(Stored data entries)
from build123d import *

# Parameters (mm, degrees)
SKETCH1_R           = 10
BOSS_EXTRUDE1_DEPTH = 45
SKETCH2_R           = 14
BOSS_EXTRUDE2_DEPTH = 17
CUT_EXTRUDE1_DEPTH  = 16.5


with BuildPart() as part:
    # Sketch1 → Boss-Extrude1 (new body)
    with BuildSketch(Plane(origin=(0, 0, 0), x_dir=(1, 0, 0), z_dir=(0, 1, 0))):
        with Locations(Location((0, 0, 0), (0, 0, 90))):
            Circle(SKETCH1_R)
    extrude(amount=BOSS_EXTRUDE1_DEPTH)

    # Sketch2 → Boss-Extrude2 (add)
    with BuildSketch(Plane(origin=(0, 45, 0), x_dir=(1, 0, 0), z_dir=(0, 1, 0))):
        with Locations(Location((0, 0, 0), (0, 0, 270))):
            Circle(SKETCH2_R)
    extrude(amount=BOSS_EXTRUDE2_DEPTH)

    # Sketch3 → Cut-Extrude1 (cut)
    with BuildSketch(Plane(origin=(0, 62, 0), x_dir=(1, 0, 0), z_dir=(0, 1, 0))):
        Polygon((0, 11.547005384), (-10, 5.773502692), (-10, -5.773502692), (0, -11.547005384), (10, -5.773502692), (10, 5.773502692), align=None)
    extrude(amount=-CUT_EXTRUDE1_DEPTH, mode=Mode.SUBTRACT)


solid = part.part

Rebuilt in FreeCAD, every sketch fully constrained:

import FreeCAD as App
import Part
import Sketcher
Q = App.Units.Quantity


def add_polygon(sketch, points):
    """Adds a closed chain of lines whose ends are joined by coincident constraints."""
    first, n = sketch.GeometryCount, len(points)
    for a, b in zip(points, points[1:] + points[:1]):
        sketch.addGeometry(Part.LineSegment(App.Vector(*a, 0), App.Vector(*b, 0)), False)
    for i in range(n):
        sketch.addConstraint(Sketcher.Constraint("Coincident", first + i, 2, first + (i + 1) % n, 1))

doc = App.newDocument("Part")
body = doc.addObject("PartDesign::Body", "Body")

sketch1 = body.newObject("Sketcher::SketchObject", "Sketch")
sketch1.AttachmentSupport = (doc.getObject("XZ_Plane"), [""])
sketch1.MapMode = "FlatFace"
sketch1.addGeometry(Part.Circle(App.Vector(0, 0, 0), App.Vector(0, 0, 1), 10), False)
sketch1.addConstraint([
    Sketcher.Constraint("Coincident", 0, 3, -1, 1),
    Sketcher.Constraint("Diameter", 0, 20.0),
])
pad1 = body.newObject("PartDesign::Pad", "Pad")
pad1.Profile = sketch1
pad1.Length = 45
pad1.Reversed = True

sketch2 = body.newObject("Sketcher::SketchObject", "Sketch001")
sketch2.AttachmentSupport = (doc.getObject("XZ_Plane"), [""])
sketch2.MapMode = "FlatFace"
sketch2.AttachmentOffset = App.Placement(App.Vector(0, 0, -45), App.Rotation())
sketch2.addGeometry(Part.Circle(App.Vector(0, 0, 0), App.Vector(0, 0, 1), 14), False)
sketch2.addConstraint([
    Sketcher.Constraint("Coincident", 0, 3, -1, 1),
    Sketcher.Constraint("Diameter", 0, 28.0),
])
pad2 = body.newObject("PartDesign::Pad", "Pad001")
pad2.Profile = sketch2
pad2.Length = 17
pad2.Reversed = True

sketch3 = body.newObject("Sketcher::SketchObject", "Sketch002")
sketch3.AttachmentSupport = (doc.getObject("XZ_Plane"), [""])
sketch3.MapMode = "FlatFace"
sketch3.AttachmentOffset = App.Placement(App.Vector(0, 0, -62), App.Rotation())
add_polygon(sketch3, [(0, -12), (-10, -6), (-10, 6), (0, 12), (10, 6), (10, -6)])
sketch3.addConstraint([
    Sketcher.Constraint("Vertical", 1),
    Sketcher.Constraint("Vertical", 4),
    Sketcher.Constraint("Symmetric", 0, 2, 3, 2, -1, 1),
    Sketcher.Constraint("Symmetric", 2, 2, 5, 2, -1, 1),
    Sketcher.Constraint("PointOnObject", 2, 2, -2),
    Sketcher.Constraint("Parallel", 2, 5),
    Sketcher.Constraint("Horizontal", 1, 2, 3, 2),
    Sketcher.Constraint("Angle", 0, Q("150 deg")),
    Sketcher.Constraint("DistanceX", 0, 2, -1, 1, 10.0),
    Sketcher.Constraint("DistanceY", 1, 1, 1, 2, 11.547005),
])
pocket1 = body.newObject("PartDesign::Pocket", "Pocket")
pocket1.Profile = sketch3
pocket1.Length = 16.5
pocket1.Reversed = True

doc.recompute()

● Task details
Repeat each line of the data exactly, missing none.

● Task response
from build123d import *

# Parameters (mm, degrees)
SKETCH1_R           = 10
BOSS_EXTRUDE1_DEPTH = 45
SKETCH2_R           = 14
BOSS_EXTRUDE2_DEPTH = 17
CUT_EXTRUDE1_DEPTH  = 16.5


with BuildPart() as part:
    # Sketch1 → Boss-Extrude1 (new body)
    with BuildSketch(Plane(origin=(0, 0, 0), x_dir=(1, 0, 0), z_dir=(0, 1, 0))):
        with Locations(Location((0, 0, 0), (0, 0, 90))):
            Circle(SKETCH1_R)
    extrude(amount=BOSS_EXTRUDE1_DEPTH)

    # Sketch2 → Boss-Extrude2 (add)
    with BuildSketch(Plane(origin=(0, 45, 0), x_dir=(1, 0, 0), z_dir=(0, 1, 0))):
        with Locations(Location((0, 0, 0), (0, 0, 270))):
            Circle(SKETCH2_R)
    extrude(amount=BOSS_EXTRUDE2_DEPTH)

    # Sketch3 → Cut-Extrude1 (cut)
    with BuildSketch(Plane(origin=(0, 62, 0), x_dir=(1, 0, 0), z_dir=(0, 1, 0))):
        Polygon((0, 11.547005384), (-10, 5.773502692), (-10, -5.773502692), (0, -11.547005384), (10, -5.773502692), (10, 5.773502692), align=None)
    extrude(amount=-CUT_EXTRUDE1_DEPTH, mode=Mode.SUBTRACT)


solid = part.part

Rebuilt in FreeCAD, every sketch fully constrained:

import FreeCAD as App
import Part
import Sketcher
Q = App.Units.Quantity


def add_polygon(sketch, points):
    """Adds a closed chain of lines whose ends are joined by coincident constraints."""
    first, n = sketch.GeometryCount, len(points)
    for a, b in zip(points, points[1:] + points[:1]):
        sketch.addGeometry(Part.LineSegment(App.Vector(*a, 0), App.Vector(*b, 0)), False)
    for i in range(n):
        sketch.addConstraint(Sketcher.Constraint("Coincident", first + i, 2, first + (i + 1) % n, 1))

doc = App.newDocument("Part")
body = doc.addObject("PartDesign::Body", "Body")

sketch1 = body.newObject("Sketcher::SketchObject", "Sketch")
sketch1.AttachmentSupport = (doc.getObject("XZ_Plane"), [""])
sketch1.MapMode = "FlatFace"
sketch1.addGeometry(Part.Circle(App.Vector(0, 0, 0), App.Vector(0, 0, 1), 10), False)
sketch1.addConstraint([
    Sketcher.Constraint("Coincident", 0, 3, -1, 1),
    Sketcher.Constraint("Diameter", 0, 20.0),
])
pad1 = body.newObject("PartDesign::Pad", "Pad")
pad1.Profile = sketch1
pad1.Length = 45
pad1.Reversed = True

sketch2 = body.newObject("Sketcher::SketchObject", "Sketch001")
sketch2.AttachmentSupport = (doc.getObject("XZ_Plane"), [""])
sketch2.MapMode = "FlatFace"
sketch2.AttachmentOffset = App.Placement(App.Vector(0, 0, -45), App.Rotation())
sketch2.addGeometry(Part.Circle(App.Vector(0, 0, 0), App.Vector(0, 0, 1), 14), False)
sketch2.addConstraint([
    Sketcher.Constraint("Coincident", 0, 3, -1, 1),
    Sketcher.Constraint("Diameter", 0, 28.0),
])
pad2 = body.newObject("PartDesign::Pad", "Pad001")
pad2.Profile = sketch2
pad2.Length = 17
pad2.Reversed = True

sketch3 = body.newObject("Sketcher::SketchObject", "Sketch002")
sketch3.AttachmentSupport = (doc.getObject("XZ_Plane"), [""])
sketch3.MapMode = "FlatFace"
sketch3.AttachmentOffset = App.Placement(App.Vector(0, 0, -62), App.Rotation())
add_polygon(sketch3, [(0, -12), (-10, -6), (-10, 6), (0, 12), (10, 6), (10, -6)])
sketch3.addConstraint([
    Sketcher.Constraint("Vertical", 1),
    Sketcher.Constraint("Vertical", 4),
    Sketcher.Constraint("Symmetric", 0, 2, 3, 2, -1, 1),
    Sketcher.Constraint("Symmetric", 2, 2, 5, 2, -1, 1),
    Sketcher.Constraint("PointOnObject", 2, 2, -2),
    Sketcher.Constraint("Parallel", 2, 5),
    Sketcher.Constraint("Horizontal", 1, 2, 3, 2),
    Sketcher.Constraint("Angle", 0, Q("150 deg")),
    Sketcher.Constraint("DistanceX", 0, 2, -1, 1, 10.0),
    Sketcher.Constraint("DistanceY", 1, 1, 1, 2, 11.547005),
])
pocket1 = body.newObject("PartDesign::Pocket", "Pocket")
pocket1.Profile = sketch3
pocket1.Length = 16.5
pocket1.Reversed = True

doc.recompute()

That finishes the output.